Jenkins’s intellectually honest examination of the politically contradictory “Englishness” of Auden’s life and work is aimed, as he notes early on, at countering a tendency to treat him “as a sage or philosopher who teaches lessons (which by chance are written as poems)”. Instead, he shows how the poems create a forcefield of radiant suggestion, “transmitting the contours of life” through the “beautiful scrimshandering” of echoes and symmetries that have an enchanting effect.
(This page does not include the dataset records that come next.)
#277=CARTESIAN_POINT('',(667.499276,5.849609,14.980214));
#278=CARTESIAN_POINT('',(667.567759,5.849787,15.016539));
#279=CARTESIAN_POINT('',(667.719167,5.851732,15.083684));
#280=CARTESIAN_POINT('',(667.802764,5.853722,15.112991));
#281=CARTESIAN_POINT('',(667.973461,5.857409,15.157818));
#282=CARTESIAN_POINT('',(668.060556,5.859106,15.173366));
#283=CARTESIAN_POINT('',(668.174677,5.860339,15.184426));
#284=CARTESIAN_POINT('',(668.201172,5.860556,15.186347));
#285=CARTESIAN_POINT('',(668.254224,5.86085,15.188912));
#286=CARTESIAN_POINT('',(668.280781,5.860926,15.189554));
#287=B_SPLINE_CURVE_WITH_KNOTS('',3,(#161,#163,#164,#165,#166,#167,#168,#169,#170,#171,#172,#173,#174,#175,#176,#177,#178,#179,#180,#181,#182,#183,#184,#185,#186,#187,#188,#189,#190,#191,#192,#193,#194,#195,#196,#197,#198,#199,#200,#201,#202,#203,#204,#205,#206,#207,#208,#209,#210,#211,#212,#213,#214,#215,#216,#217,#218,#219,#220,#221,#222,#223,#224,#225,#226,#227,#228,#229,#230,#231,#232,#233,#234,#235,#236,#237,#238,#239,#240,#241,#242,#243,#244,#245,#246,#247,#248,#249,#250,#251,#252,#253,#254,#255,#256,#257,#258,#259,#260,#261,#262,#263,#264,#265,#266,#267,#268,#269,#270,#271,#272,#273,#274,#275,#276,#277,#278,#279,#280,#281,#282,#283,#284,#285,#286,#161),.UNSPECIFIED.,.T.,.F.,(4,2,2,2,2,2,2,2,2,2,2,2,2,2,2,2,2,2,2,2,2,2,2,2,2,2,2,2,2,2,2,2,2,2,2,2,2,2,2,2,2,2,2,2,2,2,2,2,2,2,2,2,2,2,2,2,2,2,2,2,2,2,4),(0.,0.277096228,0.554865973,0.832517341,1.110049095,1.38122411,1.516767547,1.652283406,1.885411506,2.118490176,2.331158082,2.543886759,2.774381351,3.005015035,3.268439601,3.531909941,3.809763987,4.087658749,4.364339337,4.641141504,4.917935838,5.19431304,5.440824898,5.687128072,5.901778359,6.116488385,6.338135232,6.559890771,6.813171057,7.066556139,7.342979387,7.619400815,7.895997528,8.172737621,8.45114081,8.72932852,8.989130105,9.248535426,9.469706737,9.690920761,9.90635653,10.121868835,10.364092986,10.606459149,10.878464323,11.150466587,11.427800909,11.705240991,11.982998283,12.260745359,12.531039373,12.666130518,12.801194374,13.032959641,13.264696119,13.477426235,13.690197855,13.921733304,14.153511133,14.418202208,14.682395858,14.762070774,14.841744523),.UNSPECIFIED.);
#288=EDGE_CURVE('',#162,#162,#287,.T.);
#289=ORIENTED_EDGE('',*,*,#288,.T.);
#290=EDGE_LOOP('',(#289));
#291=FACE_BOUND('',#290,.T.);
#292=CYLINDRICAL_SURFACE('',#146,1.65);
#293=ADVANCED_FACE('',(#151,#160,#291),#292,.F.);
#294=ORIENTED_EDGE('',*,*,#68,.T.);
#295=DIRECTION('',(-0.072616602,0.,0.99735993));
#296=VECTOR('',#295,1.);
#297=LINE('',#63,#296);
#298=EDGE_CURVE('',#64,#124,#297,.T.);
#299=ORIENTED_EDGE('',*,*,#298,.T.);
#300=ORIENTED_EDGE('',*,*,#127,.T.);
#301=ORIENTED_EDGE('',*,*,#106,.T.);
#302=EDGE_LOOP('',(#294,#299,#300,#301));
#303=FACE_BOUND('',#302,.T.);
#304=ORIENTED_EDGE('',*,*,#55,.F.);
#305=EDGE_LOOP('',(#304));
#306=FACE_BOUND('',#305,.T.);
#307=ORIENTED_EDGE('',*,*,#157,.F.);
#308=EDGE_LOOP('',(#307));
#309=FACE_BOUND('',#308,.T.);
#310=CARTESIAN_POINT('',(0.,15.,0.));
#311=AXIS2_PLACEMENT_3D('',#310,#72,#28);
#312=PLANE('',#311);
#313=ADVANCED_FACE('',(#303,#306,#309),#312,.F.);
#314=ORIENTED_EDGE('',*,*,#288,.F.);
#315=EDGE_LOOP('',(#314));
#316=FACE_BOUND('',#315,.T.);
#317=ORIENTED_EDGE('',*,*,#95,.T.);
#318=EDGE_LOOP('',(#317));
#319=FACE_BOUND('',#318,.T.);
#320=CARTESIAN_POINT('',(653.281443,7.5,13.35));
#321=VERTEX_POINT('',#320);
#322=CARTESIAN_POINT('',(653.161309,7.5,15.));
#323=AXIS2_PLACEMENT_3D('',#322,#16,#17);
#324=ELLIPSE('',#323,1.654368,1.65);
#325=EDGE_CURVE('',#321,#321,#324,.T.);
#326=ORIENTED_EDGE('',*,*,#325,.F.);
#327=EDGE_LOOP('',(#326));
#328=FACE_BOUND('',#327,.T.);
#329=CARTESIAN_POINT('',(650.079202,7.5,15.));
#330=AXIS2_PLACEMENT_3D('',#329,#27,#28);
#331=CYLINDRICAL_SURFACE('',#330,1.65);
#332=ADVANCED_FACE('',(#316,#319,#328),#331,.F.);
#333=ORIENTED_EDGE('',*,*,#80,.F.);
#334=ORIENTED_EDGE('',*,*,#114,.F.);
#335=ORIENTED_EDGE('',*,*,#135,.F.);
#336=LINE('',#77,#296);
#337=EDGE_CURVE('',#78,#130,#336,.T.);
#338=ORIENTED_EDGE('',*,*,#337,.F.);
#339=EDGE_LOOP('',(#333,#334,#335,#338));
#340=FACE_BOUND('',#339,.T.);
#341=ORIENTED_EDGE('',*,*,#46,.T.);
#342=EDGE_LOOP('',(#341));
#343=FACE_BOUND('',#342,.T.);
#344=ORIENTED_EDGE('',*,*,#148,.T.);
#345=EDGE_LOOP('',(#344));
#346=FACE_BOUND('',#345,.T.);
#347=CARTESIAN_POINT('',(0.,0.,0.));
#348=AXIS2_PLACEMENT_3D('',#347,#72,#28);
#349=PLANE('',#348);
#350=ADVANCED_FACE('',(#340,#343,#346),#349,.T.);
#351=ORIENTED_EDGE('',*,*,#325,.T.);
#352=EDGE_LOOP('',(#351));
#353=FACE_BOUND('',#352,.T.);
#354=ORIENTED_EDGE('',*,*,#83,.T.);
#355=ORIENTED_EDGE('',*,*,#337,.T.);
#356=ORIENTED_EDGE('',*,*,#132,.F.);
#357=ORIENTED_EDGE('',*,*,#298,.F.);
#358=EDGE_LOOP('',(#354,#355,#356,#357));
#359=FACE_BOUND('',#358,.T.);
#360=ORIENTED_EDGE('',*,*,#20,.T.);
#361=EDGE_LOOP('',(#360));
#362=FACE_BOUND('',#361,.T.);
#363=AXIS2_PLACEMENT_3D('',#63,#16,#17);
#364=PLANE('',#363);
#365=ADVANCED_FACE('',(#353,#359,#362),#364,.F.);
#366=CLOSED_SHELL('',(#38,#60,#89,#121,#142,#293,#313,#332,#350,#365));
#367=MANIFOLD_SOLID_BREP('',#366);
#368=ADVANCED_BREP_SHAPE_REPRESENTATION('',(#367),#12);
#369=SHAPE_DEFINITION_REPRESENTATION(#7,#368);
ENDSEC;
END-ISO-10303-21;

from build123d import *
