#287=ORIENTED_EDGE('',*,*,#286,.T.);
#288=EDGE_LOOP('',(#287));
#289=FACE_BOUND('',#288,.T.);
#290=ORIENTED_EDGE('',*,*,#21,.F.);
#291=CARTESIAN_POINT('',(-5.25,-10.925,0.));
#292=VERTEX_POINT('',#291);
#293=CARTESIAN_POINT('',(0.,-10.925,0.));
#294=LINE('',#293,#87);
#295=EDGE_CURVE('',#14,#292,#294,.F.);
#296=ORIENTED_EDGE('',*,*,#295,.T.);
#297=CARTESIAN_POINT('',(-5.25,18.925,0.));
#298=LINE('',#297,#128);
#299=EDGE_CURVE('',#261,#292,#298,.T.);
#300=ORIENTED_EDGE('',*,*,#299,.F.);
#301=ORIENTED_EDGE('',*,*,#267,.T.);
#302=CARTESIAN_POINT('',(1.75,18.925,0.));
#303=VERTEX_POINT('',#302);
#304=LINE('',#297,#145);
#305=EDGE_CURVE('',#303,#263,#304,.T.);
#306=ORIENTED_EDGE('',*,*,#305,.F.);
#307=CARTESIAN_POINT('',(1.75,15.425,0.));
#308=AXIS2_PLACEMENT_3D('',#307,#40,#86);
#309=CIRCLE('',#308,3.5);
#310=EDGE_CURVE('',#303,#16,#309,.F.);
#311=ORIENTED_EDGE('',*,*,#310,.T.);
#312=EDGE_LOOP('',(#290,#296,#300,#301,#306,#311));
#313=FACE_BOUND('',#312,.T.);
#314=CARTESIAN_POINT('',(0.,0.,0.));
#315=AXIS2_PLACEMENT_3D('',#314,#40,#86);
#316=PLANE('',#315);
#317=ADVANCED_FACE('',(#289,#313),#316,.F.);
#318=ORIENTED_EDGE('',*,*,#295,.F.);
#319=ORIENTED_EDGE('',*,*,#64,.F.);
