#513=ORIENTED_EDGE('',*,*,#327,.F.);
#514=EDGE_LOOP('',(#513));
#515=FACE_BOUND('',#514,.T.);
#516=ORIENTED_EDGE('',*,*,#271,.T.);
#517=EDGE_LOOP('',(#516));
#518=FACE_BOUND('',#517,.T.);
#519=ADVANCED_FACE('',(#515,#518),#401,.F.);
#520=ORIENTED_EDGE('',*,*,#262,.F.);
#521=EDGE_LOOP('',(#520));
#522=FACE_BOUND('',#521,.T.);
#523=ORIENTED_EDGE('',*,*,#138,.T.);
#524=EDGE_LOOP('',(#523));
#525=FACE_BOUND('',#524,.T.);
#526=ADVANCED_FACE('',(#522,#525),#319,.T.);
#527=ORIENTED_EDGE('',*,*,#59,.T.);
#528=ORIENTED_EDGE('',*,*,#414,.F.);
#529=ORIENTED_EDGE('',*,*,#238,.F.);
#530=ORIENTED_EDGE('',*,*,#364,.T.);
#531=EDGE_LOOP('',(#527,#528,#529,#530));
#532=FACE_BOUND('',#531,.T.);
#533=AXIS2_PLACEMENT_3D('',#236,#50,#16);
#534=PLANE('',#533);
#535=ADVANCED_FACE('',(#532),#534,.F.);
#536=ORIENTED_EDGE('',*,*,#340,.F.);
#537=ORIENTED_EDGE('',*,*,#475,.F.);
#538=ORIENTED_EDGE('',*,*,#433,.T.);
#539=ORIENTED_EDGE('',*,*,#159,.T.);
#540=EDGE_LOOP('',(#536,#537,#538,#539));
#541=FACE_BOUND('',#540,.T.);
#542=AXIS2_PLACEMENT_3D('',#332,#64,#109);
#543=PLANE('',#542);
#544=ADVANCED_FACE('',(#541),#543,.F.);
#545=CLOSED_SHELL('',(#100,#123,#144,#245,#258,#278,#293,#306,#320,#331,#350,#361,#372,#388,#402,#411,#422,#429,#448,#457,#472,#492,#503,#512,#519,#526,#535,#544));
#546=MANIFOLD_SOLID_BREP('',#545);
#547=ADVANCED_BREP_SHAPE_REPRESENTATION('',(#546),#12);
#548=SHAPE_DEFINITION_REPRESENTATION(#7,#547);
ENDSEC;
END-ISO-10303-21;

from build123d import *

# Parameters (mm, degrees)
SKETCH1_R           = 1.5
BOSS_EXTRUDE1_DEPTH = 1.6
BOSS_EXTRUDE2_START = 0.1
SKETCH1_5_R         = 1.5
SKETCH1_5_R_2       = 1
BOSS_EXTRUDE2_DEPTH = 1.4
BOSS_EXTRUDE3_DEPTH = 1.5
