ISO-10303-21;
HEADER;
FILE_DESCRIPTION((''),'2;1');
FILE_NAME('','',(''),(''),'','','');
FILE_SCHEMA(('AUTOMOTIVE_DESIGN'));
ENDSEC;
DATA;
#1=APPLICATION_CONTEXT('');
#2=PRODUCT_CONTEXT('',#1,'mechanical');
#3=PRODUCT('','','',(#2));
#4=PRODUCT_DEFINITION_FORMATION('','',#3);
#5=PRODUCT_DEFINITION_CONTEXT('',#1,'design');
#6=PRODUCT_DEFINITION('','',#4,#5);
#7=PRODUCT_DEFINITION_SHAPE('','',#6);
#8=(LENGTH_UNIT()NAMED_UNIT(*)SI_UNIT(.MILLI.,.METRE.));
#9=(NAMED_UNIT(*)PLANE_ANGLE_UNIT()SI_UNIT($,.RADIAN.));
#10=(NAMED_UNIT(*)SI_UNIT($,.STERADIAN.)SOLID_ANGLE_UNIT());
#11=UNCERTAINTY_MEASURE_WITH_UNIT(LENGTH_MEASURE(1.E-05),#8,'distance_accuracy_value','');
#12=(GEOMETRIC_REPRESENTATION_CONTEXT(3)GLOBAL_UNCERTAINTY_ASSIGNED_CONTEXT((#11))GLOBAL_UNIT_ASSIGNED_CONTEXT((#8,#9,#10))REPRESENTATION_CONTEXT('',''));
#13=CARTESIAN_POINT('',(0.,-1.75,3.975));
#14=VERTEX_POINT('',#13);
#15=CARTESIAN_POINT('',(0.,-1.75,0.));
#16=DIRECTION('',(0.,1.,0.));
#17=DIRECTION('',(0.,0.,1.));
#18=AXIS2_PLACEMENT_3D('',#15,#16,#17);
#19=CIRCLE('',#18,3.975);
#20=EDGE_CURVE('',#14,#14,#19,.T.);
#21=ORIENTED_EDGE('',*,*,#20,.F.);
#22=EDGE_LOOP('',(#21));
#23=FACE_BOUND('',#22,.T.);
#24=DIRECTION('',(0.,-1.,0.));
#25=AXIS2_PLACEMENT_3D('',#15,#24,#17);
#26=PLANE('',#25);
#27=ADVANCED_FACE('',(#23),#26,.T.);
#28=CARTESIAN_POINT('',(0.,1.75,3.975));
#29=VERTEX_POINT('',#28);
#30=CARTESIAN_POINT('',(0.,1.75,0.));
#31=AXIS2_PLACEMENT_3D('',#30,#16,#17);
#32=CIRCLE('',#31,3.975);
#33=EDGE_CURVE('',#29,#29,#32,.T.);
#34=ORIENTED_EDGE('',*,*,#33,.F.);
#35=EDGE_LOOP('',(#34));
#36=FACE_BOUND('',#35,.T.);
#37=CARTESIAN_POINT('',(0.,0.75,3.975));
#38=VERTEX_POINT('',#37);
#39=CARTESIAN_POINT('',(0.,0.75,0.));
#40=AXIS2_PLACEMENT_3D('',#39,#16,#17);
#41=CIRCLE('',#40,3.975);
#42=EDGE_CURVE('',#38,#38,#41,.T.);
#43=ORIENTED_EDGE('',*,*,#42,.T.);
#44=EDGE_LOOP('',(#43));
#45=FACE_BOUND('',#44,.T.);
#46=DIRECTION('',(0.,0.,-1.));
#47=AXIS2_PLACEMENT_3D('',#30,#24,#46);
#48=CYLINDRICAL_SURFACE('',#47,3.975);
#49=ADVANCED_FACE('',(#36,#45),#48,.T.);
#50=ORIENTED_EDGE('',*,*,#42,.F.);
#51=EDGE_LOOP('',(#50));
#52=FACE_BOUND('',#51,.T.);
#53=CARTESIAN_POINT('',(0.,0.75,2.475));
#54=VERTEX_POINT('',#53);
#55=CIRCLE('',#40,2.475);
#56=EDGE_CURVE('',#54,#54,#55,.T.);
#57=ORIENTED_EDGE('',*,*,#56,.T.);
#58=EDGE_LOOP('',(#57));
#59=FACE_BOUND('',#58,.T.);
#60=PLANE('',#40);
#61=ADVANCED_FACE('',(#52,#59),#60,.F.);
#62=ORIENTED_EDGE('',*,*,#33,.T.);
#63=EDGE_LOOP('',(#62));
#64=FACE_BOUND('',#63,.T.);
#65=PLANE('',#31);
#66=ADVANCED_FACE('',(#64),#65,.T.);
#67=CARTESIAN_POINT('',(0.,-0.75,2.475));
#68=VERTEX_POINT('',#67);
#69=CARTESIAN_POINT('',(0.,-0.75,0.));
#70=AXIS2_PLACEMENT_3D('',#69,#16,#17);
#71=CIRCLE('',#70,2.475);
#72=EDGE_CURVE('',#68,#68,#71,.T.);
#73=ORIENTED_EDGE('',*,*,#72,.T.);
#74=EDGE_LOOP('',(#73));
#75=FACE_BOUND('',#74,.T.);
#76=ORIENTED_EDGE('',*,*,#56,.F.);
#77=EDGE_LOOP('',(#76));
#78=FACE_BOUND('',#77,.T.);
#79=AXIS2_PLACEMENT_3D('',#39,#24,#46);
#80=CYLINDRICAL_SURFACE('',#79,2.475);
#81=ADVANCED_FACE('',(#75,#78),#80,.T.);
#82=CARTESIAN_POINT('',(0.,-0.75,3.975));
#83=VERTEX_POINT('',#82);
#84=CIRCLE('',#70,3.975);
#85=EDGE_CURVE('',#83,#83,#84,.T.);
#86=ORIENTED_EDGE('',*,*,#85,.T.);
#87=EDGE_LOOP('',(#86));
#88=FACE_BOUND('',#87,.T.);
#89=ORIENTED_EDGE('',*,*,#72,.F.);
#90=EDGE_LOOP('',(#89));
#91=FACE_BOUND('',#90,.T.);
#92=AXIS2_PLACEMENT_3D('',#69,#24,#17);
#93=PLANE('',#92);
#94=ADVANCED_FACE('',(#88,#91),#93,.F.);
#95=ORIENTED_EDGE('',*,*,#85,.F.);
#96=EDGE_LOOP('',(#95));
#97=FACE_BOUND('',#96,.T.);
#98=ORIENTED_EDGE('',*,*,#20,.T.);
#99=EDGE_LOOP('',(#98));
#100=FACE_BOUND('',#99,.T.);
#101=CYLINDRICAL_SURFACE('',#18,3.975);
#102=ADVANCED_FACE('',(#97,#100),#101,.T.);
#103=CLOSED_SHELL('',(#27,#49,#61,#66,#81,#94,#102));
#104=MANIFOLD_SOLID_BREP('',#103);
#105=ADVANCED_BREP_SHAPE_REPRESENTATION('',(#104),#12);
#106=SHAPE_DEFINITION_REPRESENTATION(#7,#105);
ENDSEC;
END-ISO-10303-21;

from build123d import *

# Parameters (mm, degrees)
SKETCH1_R           = 2.475
BOSS_EXTRUDE1_DEPTH = 0.75
SKETCH3_R           = 3.975
BOSS_EXTRUDE2_DEPTH = 1


with BuildPart() as part:
    # Sketch1 → Boss-Extrude1 (new, symmetric)
    with BuildSketch(Plane(origin=(0, 0, 0), x_dir=(1, 0, 0), z_dir=(0, 1, 0))):
        with Locations(Location((0, 0, 0), (0, 0, 270))):
            Circle(SKETCH1_R)
    extrude(amount=BOSS_EXTRUDE1_DEPTH, both=True)

    # Sketch3 → Boss-Extrude2 (add)
    with BuildSketch(Plane(origin=(0, 0.75, 0), x_dir=(1, 0, 0), z_dir=(0, 1, 0))):
        with Locations(Location((0, 0, 0), (0, 0, 270))):
            Circle(SKETCH3_R)
    boss_extrude2 = extrude(amount=BOSS_EXTRUDE2_DEPTH)

    # Mirror1: Boss-Extrude2 across plane
    add(boss_extrude2.mirror(Plane.ZX))


solid = part.part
As a biographer, his sympathetic but unevasive treatment of the fact that Auden’s love life during this period centred on a teenage boy he met as a schoolteacher also makes clear that his hero—though evidently witty, charismatic and loveable—was far from infallible.
The problem for poets who aspire to speak for a nation: a nation is never of one mind
Fallibility was something that Auden would increasingly diagnose in his early poems. Looking back at The Orators in 1966, he saw that its ambition to criticise a “fascist outlook” was “obscure and equivocal” and could be read as the opposite. This encapsulates the problem for poets who aspire to speak for a nation: a nation is never of one mind. But people want heroes, and Auden—elevated to the status of a “genius” by the great and the good of his country before the age of 30—came to see that he had to escape the role, as war in Europe loomed again and with it the pressure to “speak for England”.
The last book of poems he published while still living in England was Look, Stranger! (1936)—a title Eliot gave it, but which Auden disliked; in the US, it would be called On This Island. Both titles echo the book’s glittering lyric of chalk-cliff Englishness, “Look, stranger, at this island now”. Jenkins treats this to a superb close reading, which braids together strands of insight that have been patiently threaded through hundreds of pages. He finds the poem’s commanding tone simultaneously “spellbinding” and “coercive”, and wisely reflects: “One may wonder if poetry criticism, mirroring its subject, must also be an expression of mixed feelings.”
As another big book about Auden (with a feast of footnotes), The Island is a marvellous, mixed success: always fascinating, sometimes frustrating, but fundamentally admirable in its determination to resist simplification of this restlessly English writer.